Quelles sont les notions associées à l’éclairage ? Et quels en sont les enjeux ? La dernière conférence du cycle « Lumière en discussion » présentera la chronologie des techniques impliquées et il sera notamment question de la révolution LED. On découvrira comment fabriquer une lumière colorée ou blanche, en faire varier ses caractéristiques pour les applications domestiques ou techniques  et créer des structures de lumière pour le bonheur de tous.

 

Jeudi 17 décembre, 17 heures, auditorium de la bibliothèque de l’Alcazar, Fernande Vedel, professeur émérite à l‘Université Aix-Marseille.

 

Image : artiste : Yann Kersalé, « la profondeur des lames » / crédit photographie : Laurent Lecat
Image : artiste : Yann Kersalé, « la profondeur des lames » / crédit photographie : Laurent Lecat

Impact des nanotechnologies sur l’environnement : comment les rayons X peuvent-ils aider à apporter des réponses ?

Les nanotechnologies font partie intégrante de notre quotidien.
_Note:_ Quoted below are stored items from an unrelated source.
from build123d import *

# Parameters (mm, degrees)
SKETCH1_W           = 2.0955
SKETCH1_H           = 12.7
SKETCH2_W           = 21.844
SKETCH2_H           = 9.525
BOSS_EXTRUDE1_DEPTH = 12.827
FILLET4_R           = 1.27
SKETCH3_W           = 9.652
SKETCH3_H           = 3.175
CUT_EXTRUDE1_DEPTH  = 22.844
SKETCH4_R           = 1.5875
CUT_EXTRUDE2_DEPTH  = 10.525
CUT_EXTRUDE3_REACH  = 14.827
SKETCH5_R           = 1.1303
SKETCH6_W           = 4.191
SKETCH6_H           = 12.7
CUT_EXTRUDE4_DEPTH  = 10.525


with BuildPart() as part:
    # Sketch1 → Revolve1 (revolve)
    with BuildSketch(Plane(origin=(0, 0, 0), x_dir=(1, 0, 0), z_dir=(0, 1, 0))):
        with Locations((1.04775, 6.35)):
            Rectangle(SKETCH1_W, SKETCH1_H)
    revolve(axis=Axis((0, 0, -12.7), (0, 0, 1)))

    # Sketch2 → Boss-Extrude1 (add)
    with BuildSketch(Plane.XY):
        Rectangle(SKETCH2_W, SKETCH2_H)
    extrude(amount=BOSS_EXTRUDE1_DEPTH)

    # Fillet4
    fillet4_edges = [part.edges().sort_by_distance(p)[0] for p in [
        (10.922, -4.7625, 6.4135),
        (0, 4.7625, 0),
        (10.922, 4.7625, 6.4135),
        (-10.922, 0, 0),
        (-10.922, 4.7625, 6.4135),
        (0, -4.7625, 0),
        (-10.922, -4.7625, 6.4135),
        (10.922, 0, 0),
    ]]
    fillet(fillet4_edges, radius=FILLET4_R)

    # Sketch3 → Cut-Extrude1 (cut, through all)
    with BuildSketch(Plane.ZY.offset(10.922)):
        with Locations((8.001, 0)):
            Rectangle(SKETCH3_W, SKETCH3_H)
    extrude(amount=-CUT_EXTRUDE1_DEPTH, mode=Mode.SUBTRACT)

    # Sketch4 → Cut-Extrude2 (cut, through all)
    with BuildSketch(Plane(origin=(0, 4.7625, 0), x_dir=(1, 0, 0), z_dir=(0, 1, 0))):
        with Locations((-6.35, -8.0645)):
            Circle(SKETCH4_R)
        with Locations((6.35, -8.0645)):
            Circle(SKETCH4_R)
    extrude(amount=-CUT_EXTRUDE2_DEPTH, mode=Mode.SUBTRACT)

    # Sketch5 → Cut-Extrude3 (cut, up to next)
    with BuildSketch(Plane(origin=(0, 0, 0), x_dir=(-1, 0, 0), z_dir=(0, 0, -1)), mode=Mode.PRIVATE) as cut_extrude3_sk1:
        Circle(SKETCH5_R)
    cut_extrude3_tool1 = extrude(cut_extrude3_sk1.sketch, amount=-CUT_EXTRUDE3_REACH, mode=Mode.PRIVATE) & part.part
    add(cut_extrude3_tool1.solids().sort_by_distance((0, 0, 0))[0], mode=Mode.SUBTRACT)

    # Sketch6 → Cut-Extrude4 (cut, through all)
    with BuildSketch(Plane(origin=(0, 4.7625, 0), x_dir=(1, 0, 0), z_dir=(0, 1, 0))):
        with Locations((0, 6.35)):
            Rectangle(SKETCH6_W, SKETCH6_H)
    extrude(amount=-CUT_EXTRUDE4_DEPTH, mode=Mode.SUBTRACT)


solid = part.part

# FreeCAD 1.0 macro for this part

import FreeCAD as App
import Part
import Sketcher

V = App.Vector
Q = App.Units.Quantity


def edges_at(feature, points):
    """Names of the edges that pass closest to the given points."""
    edges = feature.Shape.Edges
    near = lambda p: min(range(len(edges)), key=lambda i: edges[i].distToShape(Part.Vertex(*p))[0])
    return sorted({f"Edge{near(p) + 1}" for p in points})

doc = App.newDocument("Part")
body = doc.addObject("PartDesign::Body", "Body")

# Sketch on XZ plane
sketch1 = body.newObject("Sketcher::SketchObject", "Sketch")
sketch1.AttachmentSupport = (doc.getObject("XZ_Plane"), [""])
sketch1.MapMode = "FlatFace"
sketch1.addGeometry([
    Part.LineSegment(V(0, -12.7, 0), V(0, 0, 0)),
    Part.LineSegment(V(0, 0, 0), V(2.0955, 0, 0)),
    Part.LineSegment(V(2.0955, 0, 0), V(2.0955, -12.7, 0)),
    Part.LineSegment(V(2.0955, -12.7, 0), V(0, -12.7, 0)),
], False)
sketch1.addConstraint([
    Sketcher.Constraint("Coincident", 0, 2, 1, 1),
    Sketcher.Constraint("Coincident", 1, 2, 2, 1),
    Sketcher.Constraint("Coincident", 2, 2, 3, 1),
    Sketcher.Constraint("Coincident", 3, 2, 0, 1),
    Sketcher.Constraint("Vertical", 0),
    Sketcher.Constraint("Horizontal", 1),
    Sketcher.Constraint("Vertical", 2),
    Sketcher.Constraint("Horizontal", 3),
    Sketcher.Constraint("Coincident", 0, 2, -1, 1),
    Sketcher.Constraint("DistanceY", 0, 1, 0, 2, Q("0.5 in")),
    Sketcher.Constraint("DistanceX", 1, 1, 1, 2, Q("0.0825 in")),
])
revolution = body.newObject("PartDesign::Revolution", "Revolution")
revolution.Profile = sketch1
revolution.ReferenceAxis = (sketch1, ["V_Axis"])
revolution.Angle = 360

# Sketch on XY plane
sketch2 = body.newObject("Sketcher::SketchObject", "Sketch001")
sketch2.AttachmentSupport = (doc.getObject("XY_Plane"), [""])
sketch2.MapMode = "FlatFace"
sketch2.addGeometry([
    Part.LineSegment(V(-10.922, 4.7625, 0), V(-10.922, -4.7625, 0)),
    Part.LineSegment(V(-10.922, -4.7625, 0), V(10.922, -4.7625, 0)),
    Part.LineSegment(V(10.922, -4.7625, 0), V(10.922, 4.7625, 0)),
    Part.LineSegment(V(10.922, 4.7625, 0), V(-10.922, 4.7625, 0)),
], False)
sketch2.addConstraint([
    Sketcher.Constraint("Coincident", 0, 2, 1, 1),
    Sketcher.Constraint("Coincident", 1, 2, 2, 1),
    Sketcher.Constraint("Coincident", 2, 2, 3, 1),
    Sketcher.Constraint("Coincident", 3, 2, 0, 1),
    Sketcher.Constraint("Vertical", 0),
    Sketcher.Constraint("Horizontal", 1),
    Sketcher.Constraint("Vertical", 2),
    Sketcher.Constraint("Horizontal", 3),
    Sketcher.Constraint("Symmetric", 0, 2, 2, 2, -1, 1),
    Sketcher.Constraint("DistanceX", 1, 1, 1, 2, Q("0.86 in")),
    Sketcher.Constraint("DistanceY", 0, 2, 0, 1, Q("0.375 in")),
])
pad1 = body.newObject("PartDesign::Pad", "Pad")
pad1.Profile = sketch2
pad1.Length = Q("0.505 in")
doc.recompute()

fillet = body.newObject("PartDesign::Fillet", "Fillet")
fillet.Base = (pad1, edges_at(pad1, [
    (10.922, -4.763, 6.413),
    (0, 4.763, 0),
    (10.922, 4.763, 6.413),
    (-10.922, 0, 0),
    (-10.922, 4.763, 6.413),
    (0, -4.763, 0),
    (-10.922, -4.763, 6.413),
    (10.922, 0, 0),
]))
fillet.Radius = Q("0.05 in")

# Sketch on YZ plane
sketch3 = body.newObject("Sketcher::SketchObject", "Sketch002")
sketch3.AttachmentSupport = (doc.getObject("YZ_Plane"), [""])
sketch3.MapMode = "FlatFace"
sketch3.AttachmentOffset = App.Placement(V(0, 0, -0.43 * 25.4), App.Rotation())
sketch3.addGeometry([
    Part.LineSegment(V(1.5875, 3.175, 0), V(-1.5875, 3.175, 0)),
    Part.LineSegment(V(-1.5875, 3.175, 0), V(-1.5875, 12.827, 0)),
    Part.LineSegment(V(-1.5875, 12.827, 0), V(1.5875, 12.827, 0)),
    Part.LineSegment(V(1.5875, 12.827, 0), V(1.5875, 3.175, 0)),
], False)
sketch3.addConstraint([
    Sketcher.Constraint("Coincident", 0, 2, 1, 1),
    Sketcher.Constraint("Coincident", 1, 2, 2, 1),
    Sketcher.Constraint("Coincident", 2, 2, 3, 1),
    Sketcher.Constraint("Coincident", 3, 2, 0, 1),
    Sketcher.Constraint("Horizontal", 0),
    Sketcher.Constraint("Vertical", 1),
    Sketcher.Constraint("Horizontal", 2),
    Sketcher.Constraint("Vertical", 3),
    Sketcher.Constraint("DistanceY", 1, 1, 1, 2, Q("0.38 in")),
    Sketcher.Constraint("DistanceX", 0, 2, 0, 1, Q("0.125 in")),
    Sketcher.Constraint("DistanceX", 0, 2, -1, 1, Q("0.0625 in")),
    Sketcher.Constraint("DistanceY", -1, 1, 0, 2, Q("0.125 in")),
])
pocket1 = body.newObject("PartDesign::Pocket", "Pocket")
pocket1.Profile = sketch3
pocket1.Type = "ThroughAll"
pocket1.Reversed = True

# Sketch on XZ plane
sketch4 = body.newObject("Sketcher::SketchObject", "Sketch003")
sketch4.AttachmentSupport = (doc.getObject("XZ_Plane"), [""])
sketch4.MapMode = "FlatFace"
sketch4.AttachmentOffset = App.Placement(V(0, 0, -0.1875 * 25.4), App.Rotation())
sketch4.addGeometry([
    Part.Circle(V(-6.35, 8.0645, 0), V(0, 0, 1), 1.5875),
    Part.Circle(V(6.35, 8.0645, 0), V(0, 0, 1), 1.5875),
], False)
sketch4.addConstraint([
    Sketcher.Constraint("Equal", 0, 1),
    Sketcher.Constraint("Symmetric", 0, 3, 1, 3, -2),
    Sketcher.Constraint("Diameter", 0, Q("0.125 in")),
    Sketcher.Constraint("DistanceX", 0, 3, 1, 3, Q("0.5 in")),
    Sketcher.Constraint("DistanceY", -1, 1, 0, 3, Q("0.3175 in")),
])
pocket2 = body.newObject("PartDesign::Pocket", "Pocket001")
pocket2.Profile = sketch4
pocket2.Type = "ThroughAll"
pocket2.Reversed = True

# Sketch on XY plane
sketch5 = body.newObject("Sketcher::SketchObject", "Sketch004")
sketch5.AttachmentSupport = (doc.getObject("XY_Plane"), [""])
sketch5.MapMode = "FlatFace"
sketch5.addGeometry(Part.Circle(V(0, 0, 0), V(0, 0, 1), 1.1303), False)
sketch5.addConstraint([
    Sketcher.Constraint("Coincident", 0, 3, -1, 1),
    Sketcher.Constraint("Diameter", 0, Q("0.089 in")),
])
pocket3 = body.newObject("PartDesign::Pocket", "Pocket002")
pocket3.Profile = sketch5
pocket3.Type = "UpToFirst"
pocket3.Reversed = True

# Sketch on XZ plane
sketch6 = body.newObject("Sketcher::SketchObject", "Sketch005")
sketch6.AttachmentSupport = (doc.getObject("XZ_Plane"), [""])
sketch6.MapMode = "FlatFace"
sketch6.AttachmentOffset = App.Placement(V(0, 0, -0.1875 * 25.4), App.Rotation())
sketch6.addGeometry([
    Part.LineSegment(V(-2.0955, -12.7, 0), V(-2.0955, 0, 0)),
    Part.LineSegment(V(-2.0955, 0, 0), V(2.0955, 0, 0)),
    Part.LineSegment(V(2.0955, 0, 0), V(2.0955, -12.7, 0)),
    Part.LineSegment(V(2.0955, -12.7, 0), V(-2.0955, -12.7, 0)),
], False)
sketch6.addConstraint([
    Sketcher.Constraint("Coincident", 0, 2, 1, 1),
    Sketcher.Constraint("Coincident", 1, 2, 2, 1),
    Sketcher.Constraint("Coincident", 2, 2, 3, 1),
    Sketcher.Constraint("Coincident", 3, 2, 0, 1),
    Sketcher.Constraint("Vertical", 0),
    Sketcher.Constraint("Horizontal", 1),
    Sketcher.Constraint("Vertical", 2),
    Sketcher.Constraint("Horizontal", 3),
    Sketcher.Constraint("Symmetric", 0, 2, 1, 2, -1, 1),
    Sketcher.Constraint("DistanceY", 0, 1, 0, 2, Q("0.5 in")),
    Sketcher.Constraint("DistanceX", 1, 1, 1, 2, Q("0.165 in")),
])
pocket4 = body.newObject("PartDesign::Pocket", "Pocket003")
pocket4.Profile = sketch6
pocket4.Type = "ThroughAll"
pocket4.Reversed = True

doc.recompute()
Chaussettes, crèmes solaires, aliments, peintures, ciments : on trouve des nanomatériaux dans de nombreux produits de consommation. Les nanomatériaux sont tous les matériaux composés ou constitués d’objets à l’échelle manométrique (un milliardième plus petit que le mètre). Comme toutes technologies innovantes, les nanotechnologies offrent la perspective d’avancées extraordinaires dans de nombreux domaines tels que la médecine par exemple, mais peuvent également s’avérer néfastes pour l’homme et l’environnement. Dans ce contexte le CEREGE étudie le comportement et le devenir des nanomatériaux pendant tout le cycle de vie des produits de consommation dans lesquels ils sont incorporés (utilisation, vieillissement, fin de vie …).

Les nanomatériaux sont si petits qu’il n’est pas possible de les observer avec la lumière visible. Nous utilisons donc des techniques à base de rayons X pour détecter, localiser, visualiser, et caractériser ces particules jusqu’à l’échelle de l’atome et ainsi mieux comprendre leur comportement et devenir pour pouvoir in fine évaluer le risque qu’elles représentent et proposer une conception de ces objets plus « sûre » (safer by design).

 

Mardi 8 décembre, 17 heures, auditorium de la bibliothèque de l’Alcazar, Clément Levard, chercheur CNRS au Centre Européen de Recherche et d’Enseignement des Géosciences de l’Environnement, OSU Institut Pythéas.

 

© CEREGE

Les secrets de la matière vivante sous la lumière du synchrotron

Les nouvelles technologies toujours plus performantes nous permettent désormais d’explorer la matière vivante jusque dans ses secrets les plus intimes, en exploitant toutes les propriétés de la lumière. La structure de l’ADN en double hélice révélée par Watson et Crick en 1953 avait dévoilé à l’époque « le secret de la vie » (dixit Francis Crick). Aujourd’hui la vie recèle encore heureusement bien des mystères, que nous perçons un peu plus chaque jour avec de nombreuses applications pour notre quotidien et notre santé. Des enzymes gloutons aux médicaments de demain : voici un voyage au cœur de la matière vivante jusqu’à l’échelle de l’atome grâce aux microscopes de l’infiniment petit et à la lumière du synchrotron.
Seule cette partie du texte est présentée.